Seringkali dalam menuangkan kreasi atau idenya, seorang penulis (ekonom) dalam karya tulisan ilmiahnya menotasikan dengan istilah yang mudah dipahami dan menarik perhatian bagi pembacanya. Burger (Big Mac) seringkali dibuat sebagai sebuah metafora untuk menggambarkan perkembangan ekonomi makro disuatu negara. Memang produk satu ini sudah mengglobal, kalau kita cari makanan ini hampir tersedia dipelosok penjuru dunia. Oleh karenanya para ekonom makro menggunakan kurs tukar untuk memperoleh big mac sebagai atribut yang menggambarkan tingkat kemakmuran suatu negara (Burgernomics).
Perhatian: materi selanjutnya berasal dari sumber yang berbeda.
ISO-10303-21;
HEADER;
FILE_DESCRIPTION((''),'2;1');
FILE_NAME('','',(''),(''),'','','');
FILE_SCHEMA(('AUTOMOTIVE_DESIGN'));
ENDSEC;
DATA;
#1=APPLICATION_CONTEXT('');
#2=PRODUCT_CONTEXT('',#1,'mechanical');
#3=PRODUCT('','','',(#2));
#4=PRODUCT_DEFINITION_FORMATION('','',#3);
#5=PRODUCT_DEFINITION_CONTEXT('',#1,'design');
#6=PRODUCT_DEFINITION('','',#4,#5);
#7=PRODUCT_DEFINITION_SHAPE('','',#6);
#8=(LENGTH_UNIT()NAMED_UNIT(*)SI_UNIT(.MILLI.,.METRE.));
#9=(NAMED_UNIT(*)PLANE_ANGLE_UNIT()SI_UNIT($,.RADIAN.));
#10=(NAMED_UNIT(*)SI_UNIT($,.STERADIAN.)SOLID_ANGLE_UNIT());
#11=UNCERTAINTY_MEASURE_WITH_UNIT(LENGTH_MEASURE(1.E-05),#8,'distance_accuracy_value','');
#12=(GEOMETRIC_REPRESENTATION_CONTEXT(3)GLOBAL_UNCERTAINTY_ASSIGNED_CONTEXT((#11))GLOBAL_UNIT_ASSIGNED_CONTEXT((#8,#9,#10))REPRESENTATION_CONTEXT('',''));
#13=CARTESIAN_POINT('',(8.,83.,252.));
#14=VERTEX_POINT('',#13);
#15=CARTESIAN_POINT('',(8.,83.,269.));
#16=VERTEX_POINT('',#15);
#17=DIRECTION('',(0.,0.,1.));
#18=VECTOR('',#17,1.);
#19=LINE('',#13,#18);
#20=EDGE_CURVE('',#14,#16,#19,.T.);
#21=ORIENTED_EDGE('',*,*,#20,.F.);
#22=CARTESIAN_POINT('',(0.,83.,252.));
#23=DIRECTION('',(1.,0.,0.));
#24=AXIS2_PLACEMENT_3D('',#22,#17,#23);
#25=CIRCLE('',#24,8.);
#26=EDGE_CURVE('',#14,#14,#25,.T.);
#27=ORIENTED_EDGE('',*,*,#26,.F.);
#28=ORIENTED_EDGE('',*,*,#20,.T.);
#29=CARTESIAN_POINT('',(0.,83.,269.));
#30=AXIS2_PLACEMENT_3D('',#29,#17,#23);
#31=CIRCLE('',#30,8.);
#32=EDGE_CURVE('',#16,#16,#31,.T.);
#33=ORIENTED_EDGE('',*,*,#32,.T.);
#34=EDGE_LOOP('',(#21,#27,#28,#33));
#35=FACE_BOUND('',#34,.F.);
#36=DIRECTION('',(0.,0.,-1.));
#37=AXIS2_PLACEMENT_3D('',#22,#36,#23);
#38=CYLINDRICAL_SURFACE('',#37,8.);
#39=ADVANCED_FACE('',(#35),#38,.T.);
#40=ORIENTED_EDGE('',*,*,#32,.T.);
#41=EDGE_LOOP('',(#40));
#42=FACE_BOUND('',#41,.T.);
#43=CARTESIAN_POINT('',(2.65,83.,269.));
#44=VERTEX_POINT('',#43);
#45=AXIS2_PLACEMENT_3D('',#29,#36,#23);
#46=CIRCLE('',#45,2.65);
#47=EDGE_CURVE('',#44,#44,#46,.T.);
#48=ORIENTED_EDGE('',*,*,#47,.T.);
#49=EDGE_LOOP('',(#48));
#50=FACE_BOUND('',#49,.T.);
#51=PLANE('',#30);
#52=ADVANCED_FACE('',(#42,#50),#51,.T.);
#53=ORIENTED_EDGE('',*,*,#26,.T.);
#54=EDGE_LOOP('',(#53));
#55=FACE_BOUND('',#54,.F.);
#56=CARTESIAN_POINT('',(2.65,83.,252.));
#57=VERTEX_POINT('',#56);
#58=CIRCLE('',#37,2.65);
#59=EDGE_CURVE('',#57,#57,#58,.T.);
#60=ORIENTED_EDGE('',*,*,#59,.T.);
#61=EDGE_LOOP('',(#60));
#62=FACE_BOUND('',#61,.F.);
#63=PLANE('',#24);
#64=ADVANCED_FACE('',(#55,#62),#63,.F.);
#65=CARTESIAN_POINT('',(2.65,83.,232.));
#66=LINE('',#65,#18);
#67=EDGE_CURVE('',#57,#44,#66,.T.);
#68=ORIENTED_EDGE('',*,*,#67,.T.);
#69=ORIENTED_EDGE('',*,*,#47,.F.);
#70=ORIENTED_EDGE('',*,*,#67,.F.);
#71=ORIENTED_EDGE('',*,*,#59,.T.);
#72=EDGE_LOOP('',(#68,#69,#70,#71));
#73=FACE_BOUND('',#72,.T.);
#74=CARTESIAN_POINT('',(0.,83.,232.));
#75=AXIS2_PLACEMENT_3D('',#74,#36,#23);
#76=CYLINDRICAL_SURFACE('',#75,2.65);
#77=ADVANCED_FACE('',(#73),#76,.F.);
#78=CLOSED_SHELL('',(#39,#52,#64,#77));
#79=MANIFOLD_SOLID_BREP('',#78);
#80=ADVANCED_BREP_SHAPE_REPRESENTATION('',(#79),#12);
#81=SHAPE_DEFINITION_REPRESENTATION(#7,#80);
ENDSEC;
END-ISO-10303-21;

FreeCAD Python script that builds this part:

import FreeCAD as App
import Part
import Sketcher

doc = App.newDocument("Part")
body = doc.addObject("PartDesign::Body", "Body")

# Sketch on XY plane
sketch1 = body.newObject("Sketcher::SketchObject", "Sketch")
sketch1.AttachmentSupport = (doc.getObject("XY_Plane"), [""])
sketch1.MapMode = "FlatFace"
sketch1.AttachmentOffset = App.Placement(App.Vector(0, 0, 232), App.Rotation())
sketch1.addGeometry(Part.Circle(App.Vector(0, 83, 0), App.Vector(0, 0, 1), 2.6), False)
sketch1.addConstraint(Sketcher.Constraint("PointOnObject", 0, 3, -2))
sketch1.addConstraint(Sketcher.Constraint("Diameter", 0, 5.3))
sketch1.addConstraint(Sketcher.Constraint("DistanceY", -1, 1, 0, 3, 83.0))
pad1 = body.newObject("PartDesign::Pad", "Pad")
pad1.Profile = sketch1
pad1.Length = 40
body2 = doc.addObject("PartDesign::Body", "Body001")

# Sketch on XY plane
sketch2 = body2.newObject("Sketcher::SketchObject", "Sketch001")
sketch2.AttachmentSupport = (doc.getObject("XY_Plane001"), [""])
sketch2.MapMode = "FlatFace"
sketch2.AttachmentOffset = App.Placement(App.Vector(0, 0, 252), App.Rotation())
sketch2.addGeometry(Part.Circle(App.Vector(0, 83, 0), App.Vector(0, 0, 1), 8), False)
sketch2.addConstraint(Sketcher.Constraint("PointOnObject", 0, 3, -2))
sketch2.addConstraint(Sketcher.Constraint("Diameter", 0, 16.0))
sketch2.addConstraint(Sketcher.Constraint("DistanceY", -1, 1, 0, 3, 83.0))
pad2 = body2.newObject("PartDesign::Pad", "Pad001")
pad2.Profile = sketch2
pad2.Length = 17
doc.recompute()

boolean = body2.newObject("PartDesign::Boolean", "Boolean")
boolean.Type = "Cut"
boolean.addObjects([body])

doc.recompute()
Burgernomics adalah sebuah pengertian dalam menerjemahkan tentang kemampuan/daya beli, yang dinotasikan dengan perbandingan satu dollar untuk membeli barang tersebut diberbagai negara. Dalam jangka panjang,kurs tukar mata uang antara dua negara akan mencapai tingkat keseimbangan dari perbandingan dalam kelompok barang dan jasa yang sama identik dimasing-masing negara. Kelompok barang yang digunakan dalam notasi ini adalah Big Mac nya McDonald’s karena produk ini sudah diproduksi oleh 120 negara. Jadi produk satu ini memang relatif mudah ditemui dihampir semua negara dunia. Oleh karenanya untuk memperoleh gambaran tentang daya beli (kurs tukar) digunakan dengan menggunakan perolehan satuan Big Mac di Amerika dan dibandingkan dengan di belahan dunia lain.
Dalam kajian terakhir tentang Burgernomics (Purchasing power: An alternative Big Mac Index | The Economist) dalam UBS report (Prices and Earnings 2009) memberikan peringkat negara2 yang paling mahal di dunia dalam biaya hidup dan menterjemahkannya dalam besaran satuan waktu yang dibutuhkan oleh seorang pekerja disuatu negara untuk memperoleh satu potong Big Mac.
Dari grafik dibawah ini memperlihatkan betapa rendahnya daya beli masyarakat Jakarta (Indonesia) dimana untuk memperoleh satu potong Big Mac membutuhkan upah kerja selama 136 menit. Kemampuan daya beli ini memang sangat jauh perbedaannya dibandingan negara tetangga, misalnya degan Malaysia dan Singapura. Untuk pekerja Kuala Lumpur yang hanya membutuhkan 41 menit dan pekerja di Singapura hanya butuh 36 menit untuk dapat membeli sepotong Big Mac. Kalau melihat perbandingan digrafik tersebut tidak salah karena Indonesia masih dianggap negara yang kurang bergigi terutama dari sisi ekonomi. Sehingga seringkali kita dipandang sebelah mata dan dilecehkan oleh negara lain, termasuk negara tetangga.